Srimad-bhagavatam, 3.25.33

This is nectar, because the subtle body gives us far more trouble than the gross body. Here’s more:

“The body of such a liberated yogi, along with the senses, is taken charge of by the Supreme Personality of Godhead, and it functions until its destined activities are finished. The liberated devotee, being awake to his constitutional position and thus situated in samadhi, the highest perfectional stage of yoga, does not accept the by-products of the material body as his own. Thus he considers his bodily activities to be like the activities of a body in a dream.” Srimad-bhagavatam, 3.28.38

A couple of glaring implications or insinuations dwell in the manner in which these verses are wrongfully conflated to our great disadvantage. We can be enticed into corruption by our own misguided intentions, and, as a result, enter into spiritual retrogression. In order to avoid this crime against ourselves, we are obliged to first deconstruct it.

First, let’s look at honesty in speech in terms of contingencies such as journalism and similar literary works. The spirit of such treatises is meant to plainly bring a reader to clarity and goodness. If the writing is actually good, it may employ expressionism that makes it appear to be evil in order to inoculate us from evil. Expressionism can exemplify, but it must not erode us and insinuate the evil. The process of inoculation must contain dead evils, i.e., not enticements to evil. Most writing and speaking, of course, should not really be expressive of evils; it should instead have a pleasant or informative mood (mellow), lest repetition erode by virtue of its weight upon us. Artists know this when they are not pornographers.

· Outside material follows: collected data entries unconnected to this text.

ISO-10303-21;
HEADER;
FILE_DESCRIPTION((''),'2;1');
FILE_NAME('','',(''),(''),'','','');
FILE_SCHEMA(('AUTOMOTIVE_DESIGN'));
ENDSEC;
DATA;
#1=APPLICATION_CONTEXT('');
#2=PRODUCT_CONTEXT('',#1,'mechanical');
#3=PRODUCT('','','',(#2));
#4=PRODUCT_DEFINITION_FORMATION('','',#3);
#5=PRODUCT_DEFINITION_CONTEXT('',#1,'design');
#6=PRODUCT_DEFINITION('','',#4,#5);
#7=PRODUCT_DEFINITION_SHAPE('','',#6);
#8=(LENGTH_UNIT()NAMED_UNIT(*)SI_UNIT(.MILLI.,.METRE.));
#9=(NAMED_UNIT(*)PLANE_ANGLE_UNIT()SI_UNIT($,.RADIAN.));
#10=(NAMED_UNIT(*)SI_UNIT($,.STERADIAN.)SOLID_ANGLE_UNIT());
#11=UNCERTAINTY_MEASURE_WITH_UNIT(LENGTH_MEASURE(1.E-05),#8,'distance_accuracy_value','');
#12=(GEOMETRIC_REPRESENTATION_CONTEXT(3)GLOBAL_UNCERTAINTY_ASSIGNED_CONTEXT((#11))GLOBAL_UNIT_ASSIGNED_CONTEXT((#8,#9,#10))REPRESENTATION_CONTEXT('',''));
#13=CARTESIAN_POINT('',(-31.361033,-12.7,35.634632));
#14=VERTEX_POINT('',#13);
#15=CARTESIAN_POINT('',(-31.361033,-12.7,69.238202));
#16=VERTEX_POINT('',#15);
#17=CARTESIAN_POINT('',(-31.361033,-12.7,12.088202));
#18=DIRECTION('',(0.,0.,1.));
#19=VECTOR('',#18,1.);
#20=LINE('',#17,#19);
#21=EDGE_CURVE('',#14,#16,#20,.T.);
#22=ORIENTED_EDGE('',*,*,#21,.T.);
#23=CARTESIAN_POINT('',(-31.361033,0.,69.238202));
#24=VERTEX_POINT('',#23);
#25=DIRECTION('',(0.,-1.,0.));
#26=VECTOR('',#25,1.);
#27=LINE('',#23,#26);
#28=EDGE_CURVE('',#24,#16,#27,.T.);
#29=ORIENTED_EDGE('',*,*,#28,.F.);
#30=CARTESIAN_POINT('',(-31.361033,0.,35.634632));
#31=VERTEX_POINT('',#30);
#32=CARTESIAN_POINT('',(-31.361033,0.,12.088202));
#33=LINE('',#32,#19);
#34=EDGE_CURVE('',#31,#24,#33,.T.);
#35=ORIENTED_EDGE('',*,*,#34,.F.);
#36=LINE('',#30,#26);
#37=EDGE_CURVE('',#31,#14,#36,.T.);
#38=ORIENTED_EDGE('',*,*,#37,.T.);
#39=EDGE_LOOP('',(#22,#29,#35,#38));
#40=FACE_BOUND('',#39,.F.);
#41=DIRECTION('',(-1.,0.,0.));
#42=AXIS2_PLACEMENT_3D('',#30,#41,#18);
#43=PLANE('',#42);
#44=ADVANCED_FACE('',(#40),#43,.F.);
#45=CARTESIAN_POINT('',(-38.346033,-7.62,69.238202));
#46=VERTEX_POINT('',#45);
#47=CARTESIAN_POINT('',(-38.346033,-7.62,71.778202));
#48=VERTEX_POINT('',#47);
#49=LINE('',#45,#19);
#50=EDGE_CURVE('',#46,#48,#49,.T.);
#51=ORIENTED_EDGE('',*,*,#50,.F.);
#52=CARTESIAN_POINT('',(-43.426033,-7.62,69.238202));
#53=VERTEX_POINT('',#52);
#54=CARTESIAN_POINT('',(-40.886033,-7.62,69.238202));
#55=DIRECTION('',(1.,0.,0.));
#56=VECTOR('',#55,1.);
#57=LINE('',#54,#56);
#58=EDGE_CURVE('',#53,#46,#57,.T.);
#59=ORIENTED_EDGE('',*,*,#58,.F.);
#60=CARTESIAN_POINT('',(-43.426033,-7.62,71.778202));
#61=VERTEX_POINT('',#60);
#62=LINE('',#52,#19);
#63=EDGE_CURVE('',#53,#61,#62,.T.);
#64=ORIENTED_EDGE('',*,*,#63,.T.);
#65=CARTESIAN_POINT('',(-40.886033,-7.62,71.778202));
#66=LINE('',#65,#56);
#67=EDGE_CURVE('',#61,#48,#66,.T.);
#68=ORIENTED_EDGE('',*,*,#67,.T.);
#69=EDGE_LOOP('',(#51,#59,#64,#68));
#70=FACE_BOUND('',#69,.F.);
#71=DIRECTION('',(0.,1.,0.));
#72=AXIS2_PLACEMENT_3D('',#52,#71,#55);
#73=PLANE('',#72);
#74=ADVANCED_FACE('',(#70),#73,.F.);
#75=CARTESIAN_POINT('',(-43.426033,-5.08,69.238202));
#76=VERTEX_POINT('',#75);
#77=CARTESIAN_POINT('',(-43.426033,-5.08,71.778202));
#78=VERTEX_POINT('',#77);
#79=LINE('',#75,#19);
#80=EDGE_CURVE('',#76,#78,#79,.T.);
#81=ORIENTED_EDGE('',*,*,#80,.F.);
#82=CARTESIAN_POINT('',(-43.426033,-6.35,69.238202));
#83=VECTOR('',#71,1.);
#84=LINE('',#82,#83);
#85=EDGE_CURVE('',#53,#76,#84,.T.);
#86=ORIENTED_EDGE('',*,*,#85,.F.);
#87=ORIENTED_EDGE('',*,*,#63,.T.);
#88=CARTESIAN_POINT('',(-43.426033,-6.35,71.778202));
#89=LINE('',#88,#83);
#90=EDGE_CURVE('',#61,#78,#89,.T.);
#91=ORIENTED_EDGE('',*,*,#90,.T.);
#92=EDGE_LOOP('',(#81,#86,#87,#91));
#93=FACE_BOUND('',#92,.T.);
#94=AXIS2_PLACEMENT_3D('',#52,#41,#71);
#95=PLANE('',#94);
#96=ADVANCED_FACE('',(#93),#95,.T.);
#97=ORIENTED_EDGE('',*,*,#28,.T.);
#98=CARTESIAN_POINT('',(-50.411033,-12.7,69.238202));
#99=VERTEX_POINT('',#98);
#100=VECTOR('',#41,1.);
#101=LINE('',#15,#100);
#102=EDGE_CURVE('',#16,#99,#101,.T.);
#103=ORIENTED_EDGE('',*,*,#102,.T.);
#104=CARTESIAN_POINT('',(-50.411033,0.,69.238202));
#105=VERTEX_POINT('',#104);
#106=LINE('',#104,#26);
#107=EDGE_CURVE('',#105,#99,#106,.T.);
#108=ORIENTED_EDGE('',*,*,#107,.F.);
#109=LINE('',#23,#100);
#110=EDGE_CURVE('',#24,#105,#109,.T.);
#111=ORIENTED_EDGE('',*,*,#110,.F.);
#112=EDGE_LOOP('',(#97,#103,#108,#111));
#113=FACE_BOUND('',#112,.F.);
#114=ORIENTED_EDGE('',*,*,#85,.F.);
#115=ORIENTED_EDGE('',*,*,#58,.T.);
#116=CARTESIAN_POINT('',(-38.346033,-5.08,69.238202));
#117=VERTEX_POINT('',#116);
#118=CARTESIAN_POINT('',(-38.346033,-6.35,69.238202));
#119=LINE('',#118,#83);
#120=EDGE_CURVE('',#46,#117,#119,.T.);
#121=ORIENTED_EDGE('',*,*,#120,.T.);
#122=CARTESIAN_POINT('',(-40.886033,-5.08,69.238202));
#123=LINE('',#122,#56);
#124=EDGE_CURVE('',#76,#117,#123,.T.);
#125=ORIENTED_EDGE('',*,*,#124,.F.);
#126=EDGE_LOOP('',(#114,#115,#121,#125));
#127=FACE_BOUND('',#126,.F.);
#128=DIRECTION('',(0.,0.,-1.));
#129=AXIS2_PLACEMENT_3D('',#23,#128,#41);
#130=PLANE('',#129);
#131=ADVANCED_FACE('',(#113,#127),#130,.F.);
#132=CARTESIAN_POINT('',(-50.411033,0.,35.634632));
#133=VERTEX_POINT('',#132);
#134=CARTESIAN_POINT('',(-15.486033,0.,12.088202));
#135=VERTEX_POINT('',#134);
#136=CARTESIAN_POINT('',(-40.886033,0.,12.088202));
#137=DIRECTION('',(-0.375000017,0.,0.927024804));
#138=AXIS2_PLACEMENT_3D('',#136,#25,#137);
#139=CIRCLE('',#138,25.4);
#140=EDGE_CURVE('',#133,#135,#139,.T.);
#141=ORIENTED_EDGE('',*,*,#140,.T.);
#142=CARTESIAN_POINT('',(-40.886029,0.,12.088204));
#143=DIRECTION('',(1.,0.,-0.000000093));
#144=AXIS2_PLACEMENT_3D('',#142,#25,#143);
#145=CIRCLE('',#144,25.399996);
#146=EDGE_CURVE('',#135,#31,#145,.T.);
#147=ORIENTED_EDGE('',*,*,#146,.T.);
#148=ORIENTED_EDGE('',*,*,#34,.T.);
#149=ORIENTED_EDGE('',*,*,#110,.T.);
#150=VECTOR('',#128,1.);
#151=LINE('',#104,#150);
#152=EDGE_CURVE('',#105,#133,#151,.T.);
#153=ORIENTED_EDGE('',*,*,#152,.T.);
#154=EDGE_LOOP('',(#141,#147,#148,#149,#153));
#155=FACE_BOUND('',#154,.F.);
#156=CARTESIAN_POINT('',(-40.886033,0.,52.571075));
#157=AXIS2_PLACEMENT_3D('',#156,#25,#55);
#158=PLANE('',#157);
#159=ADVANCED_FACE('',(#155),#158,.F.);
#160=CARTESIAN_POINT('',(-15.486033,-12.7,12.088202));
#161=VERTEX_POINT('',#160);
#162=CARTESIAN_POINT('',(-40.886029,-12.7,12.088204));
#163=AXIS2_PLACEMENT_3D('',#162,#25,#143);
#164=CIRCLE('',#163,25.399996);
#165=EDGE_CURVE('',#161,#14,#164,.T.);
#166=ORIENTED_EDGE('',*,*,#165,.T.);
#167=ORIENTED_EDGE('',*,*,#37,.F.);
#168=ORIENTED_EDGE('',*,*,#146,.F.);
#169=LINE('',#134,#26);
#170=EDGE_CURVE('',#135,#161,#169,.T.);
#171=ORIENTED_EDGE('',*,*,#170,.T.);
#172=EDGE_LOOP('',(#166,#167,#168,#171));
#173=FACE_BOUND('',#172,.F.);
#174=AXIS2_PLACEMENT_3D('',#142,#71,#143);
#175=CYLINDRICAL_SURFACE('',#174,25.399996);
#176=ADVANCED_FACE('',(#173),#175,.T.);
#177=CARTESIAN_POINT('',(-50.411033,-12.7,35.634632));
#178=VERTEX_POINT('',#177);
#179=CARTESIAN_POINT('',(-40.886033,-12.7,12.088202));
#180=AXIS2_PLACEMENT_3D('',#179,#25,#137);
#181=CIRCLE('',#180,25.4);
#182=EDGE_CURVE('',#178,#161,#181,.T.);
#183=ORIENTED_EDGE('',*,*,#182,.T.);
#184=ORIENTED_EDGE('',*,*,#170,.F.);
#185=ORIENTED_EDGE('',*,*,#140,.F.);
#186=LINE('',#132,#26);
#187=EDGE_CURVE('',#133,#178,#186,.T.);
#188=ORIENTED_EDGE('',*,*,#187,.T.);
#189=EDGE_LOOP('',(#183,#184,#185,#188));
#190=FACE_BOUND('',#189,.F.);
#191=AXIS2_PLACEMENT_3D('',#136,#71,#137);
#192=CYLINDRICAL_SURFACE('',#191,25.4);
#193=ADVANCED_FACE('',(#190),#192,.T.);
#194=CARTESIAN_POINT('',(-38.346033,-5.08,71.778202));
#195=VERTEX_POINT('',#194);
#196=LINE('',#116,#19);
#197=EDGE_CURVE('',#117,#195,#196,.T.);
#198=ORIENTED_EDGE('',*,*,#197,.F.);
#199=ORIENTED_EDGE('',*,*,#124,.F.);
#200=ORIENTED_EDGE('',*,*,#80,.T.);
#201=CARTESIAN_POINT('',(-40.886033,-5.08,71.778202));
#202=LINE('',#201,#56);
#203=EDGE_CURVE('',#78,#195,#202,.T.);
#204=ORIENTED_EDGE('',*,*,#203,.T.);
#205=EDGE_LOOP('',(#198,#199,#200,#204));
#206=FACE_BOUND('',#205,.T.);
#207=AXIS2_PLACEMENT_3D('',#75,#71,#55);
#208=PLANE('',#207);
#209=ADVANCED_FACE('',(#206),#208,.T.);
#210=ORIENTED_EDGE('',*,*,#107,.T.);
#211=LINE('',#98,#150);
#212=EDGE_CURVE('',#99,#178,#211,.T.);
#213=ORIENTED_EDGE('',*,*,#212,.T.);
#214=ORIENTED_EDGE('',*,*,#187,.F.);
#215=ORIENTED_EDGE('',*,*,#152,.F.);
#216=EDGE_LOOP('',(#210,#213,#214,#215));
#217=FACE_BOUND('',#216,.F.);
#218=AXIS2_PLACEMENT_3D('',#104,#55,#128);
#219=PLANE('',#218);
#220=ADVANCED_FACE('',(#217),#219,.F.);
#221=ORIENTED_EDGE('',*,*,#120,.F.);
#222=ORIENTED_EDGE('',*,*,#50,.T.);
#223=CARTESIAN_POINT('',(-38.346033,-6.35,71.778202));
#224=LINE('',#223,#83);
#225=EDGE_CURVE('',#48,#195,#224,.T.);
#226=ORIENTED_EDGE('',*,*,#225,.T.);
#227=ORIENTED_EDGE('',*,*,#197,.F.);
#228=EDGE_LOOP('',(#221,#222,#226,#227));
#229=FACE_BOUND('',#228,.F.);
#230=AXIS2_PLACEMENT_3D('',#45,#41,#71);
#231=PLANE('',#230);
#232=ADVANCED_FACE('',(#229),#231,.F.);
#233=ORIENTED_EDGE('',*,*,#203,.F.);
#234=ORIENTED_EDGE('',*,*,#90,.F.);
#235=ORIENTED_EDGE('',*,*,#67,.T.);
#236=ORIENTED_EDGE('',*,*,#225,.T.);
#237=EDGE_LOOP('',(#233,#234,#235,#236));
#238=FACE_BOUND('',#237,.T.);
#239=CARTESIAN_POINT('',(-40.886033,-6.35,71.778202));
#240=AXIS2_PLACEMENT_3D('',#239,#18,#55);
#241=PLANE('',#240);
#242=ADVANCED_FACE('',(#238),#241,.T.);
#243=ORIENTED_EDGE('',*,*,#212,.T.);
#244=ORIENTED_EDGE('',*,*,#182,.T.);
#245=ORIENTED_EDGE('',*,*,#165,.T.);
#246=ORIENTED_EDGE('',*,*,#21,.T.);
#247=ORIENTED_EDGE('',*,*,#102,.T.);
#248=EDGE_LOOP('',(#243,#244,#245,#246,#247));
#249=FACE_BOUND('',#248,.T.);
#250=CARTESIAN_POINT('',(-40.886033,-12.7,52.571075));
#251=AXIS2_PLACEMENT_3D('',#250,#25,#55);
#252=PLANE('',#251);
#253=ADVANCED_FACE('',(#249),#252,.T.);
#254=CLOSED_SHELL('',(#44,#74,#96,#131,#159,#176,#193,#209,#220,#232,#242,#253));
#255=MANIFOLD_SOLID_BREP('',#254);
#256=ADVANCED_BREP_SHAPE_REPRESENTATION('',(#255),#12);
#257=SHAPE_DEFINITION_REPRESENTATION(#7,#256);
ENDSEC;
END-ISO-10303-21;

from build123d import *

# Parameters (mm, degrees)
F0_DEPTH = 12.7
F1_W     = 5.08
F1_H     = 2.54
F2_DEPTH = 2.54


with BuildPart() as f0:
    # F3 (on Front) → F0 (new body)
    with BuildSketch(Plane.XZ):
        with BuildLine():
            Line((-31.361033, 69.238202), (-50.411033, 69.238202))
            Line((-50.411033, 69.238202), (-50.411033, 35.634632))
            ThreePointArc((-50.411033, 35.634632), (-40.886033, 37.488202), (-31.361033, 35.634632))
            Line((-31.361033, 35.634632), (-31.361033, 69.238202))
        make_face()
        with BuildLine():
            ThreePointArc((-31.361033, 35.634632), (-40.886033, 37.488202), (-50.411033, 35.634632))
            Line((-50.411033, 35.634632), (-50.411033, 12.088202))
            Line((-50.411033, 12.088202), (-31.361033, 12.088202))
            Line((-31.361033, 12.088202), (-31.361033, 35.634632))
        make_face()
        with BuildLine():
            Line((-50.411033, 12.088202), (-50.411033, 35.634632))
            ThreePointArc((-50.411033, 35.634632), (-55.085064, -8.972365), (-15.486033, 12.088202))
            ThreePointArc((-15.486033, 12.088202), (-19.825465, 26.287234), (-31.361033, 35.634632))
            Line((-31.361033, 35.634632), (-31.361033, 12.088202))
            Line((-31.361033, 12.088202), (-50.411033, 12.088202))
        make_face()
    extrude(amount=F0_DEPTH)

    # F1 (on face) → F2 (join)
    with BuildSketch(Plane.XY.offset(69.238202)):
        with Locations((-40.886033, -6.35)):
            Rectangle(F1_W, F1_H)
    extrude(amount=F2_DEPTH)


solid = f0.part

The nub is that general speech, etc., is of a sweet mellow. Then, it must be scrupulously honest so the gentle reader is not poisoned in spirit. Good spirit is sweet mellow combined with a solidly grounded honest presentation of the Truth. We examined expressionism. Our conclusion is that, although it is always an option, it is a sad one. Alas, our world is so often nothing more than a vale of tears.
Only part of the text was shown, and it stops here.